The EAHP Board, elected for three-year terms, oversees the association’s activities. Comprising directors responsible for core functions, it meets regularly to implement strategic goals. Supported by EAHP staff, the Board controls finances, coordinates congress organization, and ensures compliance with statutes and codes of conduct.
Falsified Medicines Directive – April 2019
Since our last policy update in February the following meetings were attended:
5th February – EMVO Press Conference Preparation meeting
8th February – EMVO Press Conference
18th February – call with DG SANTE, NCAs and EMVO Stakeholders
25th February – call with DG SANTE, NCAs and EMVO Stakeholders
27th February – EMVO Stakeholder Meeting
8th March – call with DG SANTE, NCAs and EMVO Stakeholders
14th March – EMVO Board meeting
15th March – EMVO Statutory General Assembly
20th March – call with DG SANTE, NCAs and EMVO Stakeholders
Implementation readiness of the HP sector
During the FMD meeting at Congress the large majority of attendees reported that all hospital pharmacies are connected to the national system. Only France, Ireland and Portugal have reported implementation problems. In France, only 40% of hospitals are connected. In Portugal 19 out of the 112 entities are connected. Public hospitals in Ireland are still missing scanning equipment. All member countries have reported high numbers of alerts. These are however tolerable at the moment since they can be ignored. DK shared a guidance document with SK which could be shared in a shortened version with all of EAHP’s member countries.

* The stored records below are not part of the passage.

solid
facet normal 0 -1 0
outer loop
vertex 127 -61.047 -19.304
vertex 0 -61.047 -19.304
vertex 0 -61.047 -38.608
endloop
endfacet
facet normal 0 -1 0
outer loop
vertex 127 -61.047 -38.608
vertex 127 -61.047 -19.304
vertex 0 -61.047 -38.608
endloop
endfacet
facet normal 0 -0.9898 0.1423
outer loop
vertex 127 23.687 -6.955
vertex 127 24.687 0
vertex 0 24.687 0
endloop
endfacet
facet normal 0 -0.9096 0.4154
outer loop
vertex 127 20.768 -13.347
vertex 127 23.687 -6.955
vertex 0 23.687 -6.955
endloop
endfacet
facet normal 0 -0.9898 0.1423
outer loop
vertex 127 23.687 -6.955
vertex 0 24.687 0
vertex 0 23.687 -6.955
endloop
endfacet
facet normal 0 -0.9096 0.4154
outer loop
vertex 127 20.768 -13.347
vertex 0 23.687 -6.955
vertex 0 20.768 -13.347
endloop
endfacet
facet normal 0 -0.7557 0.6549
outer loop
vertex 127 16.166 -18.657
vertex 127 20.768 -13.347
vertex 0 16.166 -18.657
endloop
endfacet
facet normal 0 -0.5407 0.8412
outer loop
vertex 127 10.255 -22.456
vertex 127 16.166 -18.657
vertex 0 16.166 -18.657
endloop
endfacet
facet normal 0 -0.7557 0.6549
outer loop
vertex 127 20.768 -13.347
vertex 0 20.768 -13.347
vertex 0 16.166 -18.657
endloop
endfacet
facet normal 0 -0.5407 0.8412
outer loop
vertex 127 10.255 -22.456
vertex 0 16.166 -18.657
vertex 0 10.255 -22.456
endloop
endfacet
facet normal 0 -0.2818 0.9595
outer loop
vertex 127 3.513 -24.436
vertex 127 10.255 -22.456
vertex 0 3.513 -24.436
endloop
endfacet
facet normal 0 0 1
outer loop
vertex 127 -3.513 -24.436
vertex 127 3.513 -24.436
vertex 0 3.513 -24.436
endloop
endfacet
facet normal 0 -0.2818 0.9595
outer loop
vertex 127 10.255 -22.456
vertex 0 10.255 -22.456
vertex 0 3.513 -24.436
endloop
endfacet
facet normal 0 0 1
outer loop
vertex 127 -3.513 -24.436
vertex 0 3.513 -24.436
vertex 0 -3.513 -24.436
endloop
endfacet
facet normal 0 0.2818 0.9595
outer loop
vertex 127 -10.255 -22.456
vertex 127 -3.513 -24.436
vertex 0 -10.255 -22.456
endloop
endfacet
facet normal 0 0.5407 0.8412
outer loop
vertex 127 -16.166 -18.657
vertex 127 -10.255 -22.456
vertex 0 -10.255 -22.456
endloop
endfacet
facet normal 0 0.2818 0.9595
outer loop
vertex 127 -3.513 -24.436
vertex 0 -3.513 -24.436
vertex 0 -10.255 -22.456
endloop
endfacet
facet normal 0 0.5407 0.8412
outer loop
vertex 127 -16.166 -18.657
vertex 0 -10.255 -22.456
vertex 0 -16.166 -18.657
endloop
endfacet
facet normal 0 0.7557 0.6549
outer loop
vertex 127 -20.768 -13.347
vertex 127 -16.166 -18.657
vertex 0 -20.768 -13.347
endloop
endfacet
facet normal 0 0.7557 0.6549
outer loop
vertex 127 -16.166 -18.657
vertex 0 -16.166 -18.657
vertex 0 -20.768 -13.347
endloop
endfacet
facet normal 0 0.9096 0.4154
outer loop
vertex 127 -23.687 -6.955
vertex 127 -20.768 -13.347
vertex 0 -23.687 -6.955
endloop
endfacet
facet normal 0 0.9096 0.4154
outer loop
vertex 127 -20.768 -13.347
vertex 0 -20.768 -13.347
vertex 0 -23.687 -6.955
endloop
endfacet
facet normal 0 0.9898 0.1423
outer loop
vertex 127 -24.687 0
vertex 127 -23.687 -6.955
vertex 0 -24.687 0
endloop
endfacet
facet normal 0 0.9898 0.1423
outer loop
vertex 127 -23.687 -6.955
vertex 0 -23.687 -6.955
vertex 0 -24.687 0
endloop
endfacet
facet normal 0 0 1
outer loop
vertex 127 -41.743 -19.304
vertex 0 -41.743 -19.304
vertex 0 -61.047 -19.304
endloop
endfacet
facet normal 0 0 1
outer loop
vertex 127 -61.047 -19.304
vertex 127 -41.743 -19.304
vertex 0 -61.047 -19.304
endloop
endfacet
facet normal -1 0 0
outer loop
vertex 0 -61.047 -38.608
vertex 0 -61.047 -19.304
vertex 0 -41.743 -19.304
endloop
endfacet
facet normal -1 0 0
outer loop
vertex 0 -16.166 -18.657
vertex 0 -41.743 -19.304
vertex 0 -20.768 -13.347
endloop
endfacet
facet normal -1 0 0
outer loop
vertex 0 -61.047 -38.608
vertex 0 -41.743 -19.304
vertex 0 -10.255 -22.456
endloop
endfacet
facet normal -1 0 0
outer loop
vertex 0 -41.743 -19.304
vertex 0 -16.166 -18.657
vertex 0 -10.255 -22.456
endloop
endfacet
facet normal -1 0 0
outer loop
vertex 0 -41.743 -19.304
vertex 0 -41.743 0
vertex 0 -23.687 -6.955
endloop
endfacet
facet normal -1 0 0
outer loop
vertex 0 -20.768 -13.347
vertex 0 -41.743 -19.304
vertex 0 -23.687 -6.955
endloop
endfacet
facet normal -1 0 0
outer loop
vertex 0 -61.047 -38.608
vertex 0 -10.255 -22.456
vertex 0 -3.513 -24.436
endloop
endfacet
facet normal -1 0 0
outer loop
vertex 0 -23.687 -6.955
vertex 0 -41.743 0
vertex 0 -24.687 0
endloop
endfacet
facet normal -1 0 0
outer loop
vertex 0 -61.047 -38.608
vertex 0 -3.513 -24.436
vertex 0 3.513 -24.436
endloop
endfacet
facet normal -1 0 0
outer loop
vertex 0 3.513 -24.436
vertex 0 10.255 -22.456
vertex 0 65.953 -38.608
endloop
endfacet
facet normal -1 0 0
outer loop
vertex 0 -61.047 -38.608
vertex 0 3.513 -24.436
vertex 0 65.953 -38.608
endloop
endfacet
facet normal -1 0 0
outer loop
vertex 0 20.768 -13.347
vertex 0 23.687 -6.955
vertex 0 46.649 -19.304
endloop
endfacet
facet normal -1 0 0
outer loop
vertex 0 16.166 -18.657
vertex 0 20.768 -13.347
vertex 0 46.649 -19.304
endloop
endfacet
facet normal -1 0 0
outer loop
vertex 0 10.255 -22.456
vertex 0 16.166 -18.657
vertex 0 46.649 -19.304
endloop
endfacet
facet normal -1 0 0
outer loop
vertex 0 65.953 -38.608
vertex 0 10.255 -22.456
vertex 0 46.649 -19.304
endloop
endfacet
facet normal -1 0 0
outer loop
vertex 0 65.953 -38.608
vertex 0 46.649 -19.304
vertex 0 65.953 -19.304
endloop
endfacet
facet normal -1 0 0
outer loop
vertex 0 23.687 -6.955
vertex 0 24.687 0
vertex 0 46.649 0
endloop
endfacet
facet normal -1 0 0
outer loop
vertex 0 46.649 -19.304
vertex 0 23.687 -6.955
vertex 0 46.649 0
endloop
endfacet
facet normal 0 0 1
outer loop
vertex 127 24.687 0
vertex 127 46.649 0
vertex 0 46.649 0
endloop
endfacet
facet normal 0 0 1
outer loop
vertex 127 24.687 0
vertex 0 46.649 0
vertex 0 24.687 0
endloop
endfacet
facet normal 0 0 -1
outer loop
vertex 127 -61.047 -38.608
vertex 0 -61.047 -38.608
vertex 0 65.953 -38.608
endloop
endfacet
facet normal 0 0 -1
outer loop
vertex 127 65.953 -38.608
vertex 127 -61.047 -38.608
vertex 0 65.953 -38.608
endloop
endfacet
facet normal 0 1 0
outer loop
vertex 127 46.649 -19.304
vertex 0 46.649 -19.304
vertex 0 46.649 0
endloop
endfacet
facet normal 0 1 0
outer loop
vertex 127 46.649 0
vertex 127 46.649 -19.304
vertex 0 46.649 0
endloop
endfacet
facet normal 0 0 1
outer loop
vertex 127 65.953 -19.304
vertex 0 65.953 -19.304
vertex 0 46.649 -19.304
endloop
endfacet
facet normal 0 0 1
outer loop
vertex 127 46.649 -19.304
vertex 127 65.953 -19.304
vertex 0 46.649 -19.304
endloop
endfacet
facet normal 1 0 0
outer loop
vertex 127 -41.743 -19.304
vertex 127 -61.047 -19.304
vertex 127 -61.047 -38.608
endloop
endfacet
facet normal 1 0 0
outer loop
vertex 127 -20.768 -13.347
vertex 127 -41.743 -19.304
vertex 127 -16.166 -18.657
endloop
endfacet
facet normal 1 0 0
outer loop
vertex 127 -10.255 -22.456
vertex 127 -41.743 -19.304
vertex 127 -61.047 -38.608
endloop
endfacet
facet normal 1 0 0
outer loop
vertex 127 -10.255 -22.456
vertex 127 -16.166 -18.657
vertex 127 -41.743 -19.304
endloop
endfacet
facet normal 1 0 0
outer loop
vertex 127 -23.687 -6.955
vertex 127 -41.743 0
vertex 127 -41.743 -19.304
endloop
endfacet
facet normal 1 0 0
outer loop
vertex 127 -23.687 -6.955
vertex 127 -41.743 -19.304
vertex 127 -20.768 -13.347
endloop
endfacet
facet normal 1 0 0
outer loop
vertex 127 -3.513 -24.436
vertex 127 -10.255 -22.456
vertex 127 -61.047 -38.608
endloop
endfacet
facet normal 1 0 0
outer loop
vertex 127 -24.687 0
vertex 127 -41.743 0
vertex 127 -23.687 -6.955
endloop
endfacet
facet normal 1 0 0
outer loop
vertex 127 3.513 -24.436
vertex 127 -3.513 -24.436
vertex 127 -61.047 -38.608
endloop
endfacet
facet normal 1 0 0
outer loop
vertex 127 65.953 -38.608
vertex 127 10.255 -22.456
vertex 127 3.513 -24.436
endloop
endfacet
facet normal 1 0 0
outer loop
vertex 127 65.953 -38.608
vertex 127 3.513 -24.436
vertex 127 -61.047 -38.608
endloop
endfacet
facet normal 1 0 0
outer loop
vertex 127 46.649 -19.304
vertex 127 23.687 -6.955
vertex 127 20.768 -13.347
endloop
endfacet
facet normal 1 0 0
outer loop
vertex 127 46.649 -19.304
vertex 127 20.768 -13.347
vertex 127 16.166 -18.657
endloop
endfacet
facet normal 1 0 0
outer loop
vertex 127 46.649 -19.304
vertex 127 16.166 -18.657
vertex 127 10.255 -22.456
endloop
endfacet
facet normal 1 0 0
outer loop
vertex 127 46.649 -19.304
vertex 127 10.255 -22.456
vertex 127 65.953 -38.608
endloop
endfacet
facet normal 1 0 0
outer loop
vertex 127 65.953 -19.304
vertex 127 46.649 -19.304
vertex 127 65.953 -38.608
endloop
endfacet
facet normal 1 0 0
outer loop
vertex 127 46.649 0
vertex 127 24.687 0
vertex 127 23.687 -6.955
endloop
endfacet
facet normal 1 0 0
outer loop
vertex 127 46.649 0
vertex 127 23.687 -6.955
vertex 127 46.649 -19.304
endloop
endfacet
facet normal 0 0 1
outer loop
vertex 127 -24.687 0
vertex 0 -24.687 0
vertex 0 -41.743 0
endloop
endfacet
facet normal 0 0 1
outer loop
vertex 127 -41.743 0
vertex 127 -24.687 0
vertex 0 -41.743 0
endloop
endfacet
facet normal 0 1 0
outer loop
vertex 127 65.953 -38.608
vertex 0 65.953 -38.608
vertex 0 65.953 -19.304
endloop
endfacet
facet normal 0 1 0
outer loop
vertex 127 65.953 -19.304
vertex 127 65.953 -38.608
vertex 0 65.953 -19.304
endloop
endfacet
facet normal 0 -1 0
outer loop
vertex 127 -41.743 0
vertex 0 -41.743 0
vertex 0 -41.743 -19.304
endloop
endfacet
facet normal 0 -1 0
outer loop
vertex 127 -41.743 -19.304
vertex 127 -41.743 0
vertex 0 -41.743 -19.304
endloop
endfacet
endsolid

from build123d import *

# Parameters (mm, degrees)
F1_DEPTH = 127


with BuildPart() as f1:
    # F0 (on Right) → F1 (new body)
    with BuildSketch(Plane.YZ):
        with BuildLine():
            Line((-41.742593, -19.304), (-61.046593, -19.304))
            Line((-61.046593, -19.304), (-61.046593, -38.608))
            Line((-61.046593, -38.608), (65.953407, -38.608))
            Line((65.953407, -38.608), (65.953407, -19.304))
            Line((65.953407, -19.304), (46.649407, -19.304))
            Line((46.649407, -19.304), (46.649407, 0))
            Line((46.649407, 0), (40.045407, 0))
            Line((40.045407, 0), (24.686914, 0))
            ThreePointArc((24.686914, 0), (0, -24.686914), (-24.686914, 0))
            Line((-24.686914, 0), (-35.138593, 0))
            Line((-35.138593, 0), (-41.742593, 0))
            Line((-41.742593, 0), (-41.742593, -19.304))
        make_face()
    extrude(amount=F1_DEPTH)


solid = f1.part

Calls with COM, NCAs and EMVO Stakeholders
The European Commission has been organising regular calls to exchange with EMVO, EMVO Stakeholders and national competent authorities (NCAs) about the progress at national level. Focus was put on the updates from EMVO concerning the technical problems of the hub. Industry did not have any issues to report, apart from the fact that they were suffering from the technical issues of the hub and misconfigured end user scanners/software. EAHP, PGEU and GIRP stressed the importance of lowering alerts and of uploading missing data to the hub. The calls will continue to be organised.
EMVO
The main topics for EMVO are the following:
- URS revision of all volumes;
- Alert handling
The TEAG (technical working group, a HOPE representative is a member on behalf of the hospital sector) is supposed to revise all 7 Volumes of the URS. The revision has been delayed due to the technical issues with the hub during the first few weeks after the implementation of FMD. Issues were raised by EFPIA and GRIP because their representatives do not report back information.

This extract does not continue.